Nuclear magnetic resonance (NMR) spectroscopy is a principal analytical technique in metabolomics. Extracting metabolic information from NMR spectra is complex due to the fact that an immense amount of detail on the chemical composition of a biological sample is expressed through a single spectrum. The simplest approach to quantify the signal is through spectral binning which involves subdividing the spectra into regions along the chemical shift axis and integrating the peaks within each region. However, due to overlapping resonance signals, the integration values do not always correspond to the concentrations of specific metabolites. An alternate, more advanced statistical approach is spectral deconvolution. BATMAN (>Bayesian >Au>Tomated >Metabolite >Analyser for >NMR data) performs spectral deconvolution using prior information on the spectral signatures of metabolites. In this way, BATMAN estimates relative metabolic concentrations. In this study, both spectral binning and spectral deconvolution using BATMAN were applied to 400 MHz and 900 MHz NMR spectra of blood plasma samples from lung cancer patients and control subjects. The relative concentrations estimated by BATMAN were compared with the binning integration values in terms of their ability to discriminate between lung cancer patients and controls. For the 400 MHz data, the spectral binning approach provided greater discriminatory power. However, for the 900 MHz data, the relative metabolic concentrations obtained by using BATMAN provided greater predictive power. While spectral binning is computationally advantageous and less laborious, complementary models developed using BATMAN-estimated features can add complementary information regarding the biological interpretation of the data and therefore are clinically useful.

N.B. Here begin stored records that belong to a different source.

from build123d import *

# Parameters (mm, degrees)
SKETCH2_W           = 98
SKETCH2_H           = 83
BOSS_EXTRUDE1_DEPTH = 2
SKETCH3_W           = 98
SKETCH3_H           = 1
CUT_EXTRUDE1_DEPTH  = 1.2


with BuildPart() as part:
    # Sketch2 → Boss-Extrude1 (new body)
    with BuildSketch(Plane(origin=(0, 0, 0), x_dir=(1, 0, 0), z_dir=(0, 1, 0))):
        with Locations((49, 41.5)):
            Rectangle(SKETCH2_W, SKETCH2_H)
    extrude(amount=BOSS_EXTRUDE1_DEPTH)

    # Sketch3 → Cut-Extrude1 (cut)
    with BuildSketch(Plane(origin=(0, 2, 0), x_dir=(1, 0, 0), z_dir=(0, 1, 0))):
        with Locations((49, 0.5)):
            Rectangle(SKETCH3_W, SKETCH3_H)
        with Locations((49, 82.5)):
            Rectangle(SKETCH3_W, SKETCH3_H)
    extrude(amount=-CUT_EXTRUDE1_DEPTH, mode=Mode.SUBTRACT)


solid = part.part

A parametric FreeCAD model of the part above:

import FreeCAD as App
import Part
import Sketcher


def add_polygon(sketch, points):
    """Adds a closed chain of lines whose ends are joined by coincident constraints."""
    first, n = sketch.GeometryCount, len(points)
    for a, b in zip(points, points[1:] + points[:1]):
        sketch.addGeometry(Part.LineSegment(App.Vector(*a, 0), App.Vector(*b, 0)), False)
    for i in range(n):
        sketch.addConstraint(Sketcher.Constraint("Coincident", first + i, 2, first + (i + 1) % n, 1))

doc = App.newDocument("Part")
params = doc.addObject("Spreadsheet::Sheet", "Params")
for row, (alias, value) in enumerate([
    ("sketch1_width", "98 mm"),
    ("sketch1_height", "83 mm"),
    ("pad1_length", "2 mm"),
    ("sketch2_width", "98 mm"),
    ("sketch2_height", "1 mm"),
    ("pocket1_length", "1.2 mm"),
], start=1):
    params.set(f"A{row}", alias)
    params.set(f"B{row}", "=" + value)
    params.setAlias(f"B{row}", alias)

body = doc.addObject("PartDesign::Body", "Body")

# Sketch on XZ plane
sketch1 = doc.addObject("Sketcher::SketchObject", "Sketch")
body.addObject(sketch1)
sketch1.AttachmentSupport = (doc.XZ_Plane, [""])
sketch1.MapMode = "FlatFace"
add_polygon(sketch1, [(0, -83), (0, 0), (98, 0), (98, -83)])  # lines 0-3
sketch1.addConstraint([
    Sketcher.Constraint("Vertical", 0),
    Sketcher.Constraint("Horizontal", 1),
    Sketcher.Constraint("Vertical", 2),
    Sketcher.Constraint("Horizontal", 3),
    Sketcher.Constraint("Coincident", 0, 2, -1, 1),
    Sketcher.Constraint("DistanceX", 1, 1, 1, 2, 98.0),
    Sketcher.Constraint("DistanceY", 0, 1, 0, 2, 83.0),
])
sketch1.setExpression("Constraints[9]", "Params.sketch1_width")
sketch1.setExpression("Constraints[10]", "Params.sketch1_height")
pad1 = doc.addObject("PartDesign::Pad", "Pad")
body.addObject(pad1)
pad1.Profile = sketch1
pad1.setExpression("Length", "Params.pad1_length")
pad1.Reversed = True

# Sketch on XZ plane
sketch2 = doc.addObject("Sketcher::SketchObject", "Sketch001")
body.addObject(sketch2)
sketch2.AttachmentSupport = (doc.XZ_Plane, [""])
sketch2.MapMode = "FlatFace"
sketch2.AttachmentOffset = App.Placement(App.Vector(0, 0, -2), App.Rotation())
add_polygon(sketch2, [(0, -1), (0, 0), (98, 0), (98, -1)])  # lines 0-3
add_polygon(sketch2, [(0, -83), (0, -82), (98, -82), (98, -83)])  # lines 4-7
sketch2.addConstraint([
    Sketcher.Constraint("Vertical", 0),
    Sketcher.Constraint("Horizontal", 1),
    Sketcher.Constraint("Vertical", 2),
    Sketcher.Constraint("Horizontal", 3),
    Sketcher.Constraint("Vertical", 4),
    Sketcher.Constraint("Horizontal", 5),
    Sketcher.Constraint("Vertical", 6),
    Sketcher.Constraint("Horizontal", 7),
    Sketcher.Constraint("Coincident", 0, 2, -1, 1),
    Sketcher.Constraint("PointOnObject", 4, 2, -2),
    Sketcher.Constraint("Vertical", 2, 2, 5, 2),
    Sketcher.Constraint("Equal", 2, 4),
    Sketcher.Constraint("DistanceX", 1, 1, 1, 2, 98.0),
    Sketcher.Constraint("DistanceY", 0, 1, 0, 2, 1.0),
    Sketcher.Constraint("DistanceY", 4, 2, -1, 1, 82.0),
])
sketch2.setExpression("Constraints[20]", "Params.sketch2_width")
sketch2.setExpression("Constraints[21]", "Params.sketch2_height")
pocket1 = doc.addObject("PartDesign::Pocket", "Pocket")
body.addObject(pocket1)
pocket1.Profile = sketch2
pocket1.setExpression("Length", "Params.pocket1_length")
pocket1.Reversed = True

doc.recompute()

机译:核磁共振波谱学是代谢组学中的一种主要分析技术。从NMR光谱中提取代谢信息是很复杂的,这是由于以下事实:生物样品的化学成分的大量细节是通过单个光谱表示的。量化信号的最简单方法是通过光谱合并,该合并涉及将光谱细分为沿化学位移轴的区域,并对每个区域内的峰进行积分。但是,由于共振信号重叠,积分值并不总是对应于特定代谢物的浓度。另一种更高级的统计方法是频谱反卷积。 BATMAN(> B ayesian > A u > T 被删除的> M etabolite > A 分析器 > N MR数据)使用有关代谢物光谱特征的先验信息进行光谱去卷积。通过这种方式,BATMAN估计相对代谢浓度。在这项研究中,使用BATMAN进行光谱合并和光谱去卷积都应用于肺癌患者和对照组受试者血浆样品的400 MHz和900 MHz NMR光谱。将BATMAN估计的相对浓度与装箱积分值进行了比较,以区分肺癌患者和对照组。对于400 MHz数据,频谱合并方法提供了更大的区分能力。但是,对于900 MHz数据,使用BATMAN获得的相对代谢浓度提供了更大的预测能力。尽管光谱合并在计算上是有利的并且省力的,但是使用BATMAN估计特征开发的互补模型可以添加有关数据生物学解释的互补信息,因此在临床上很有用。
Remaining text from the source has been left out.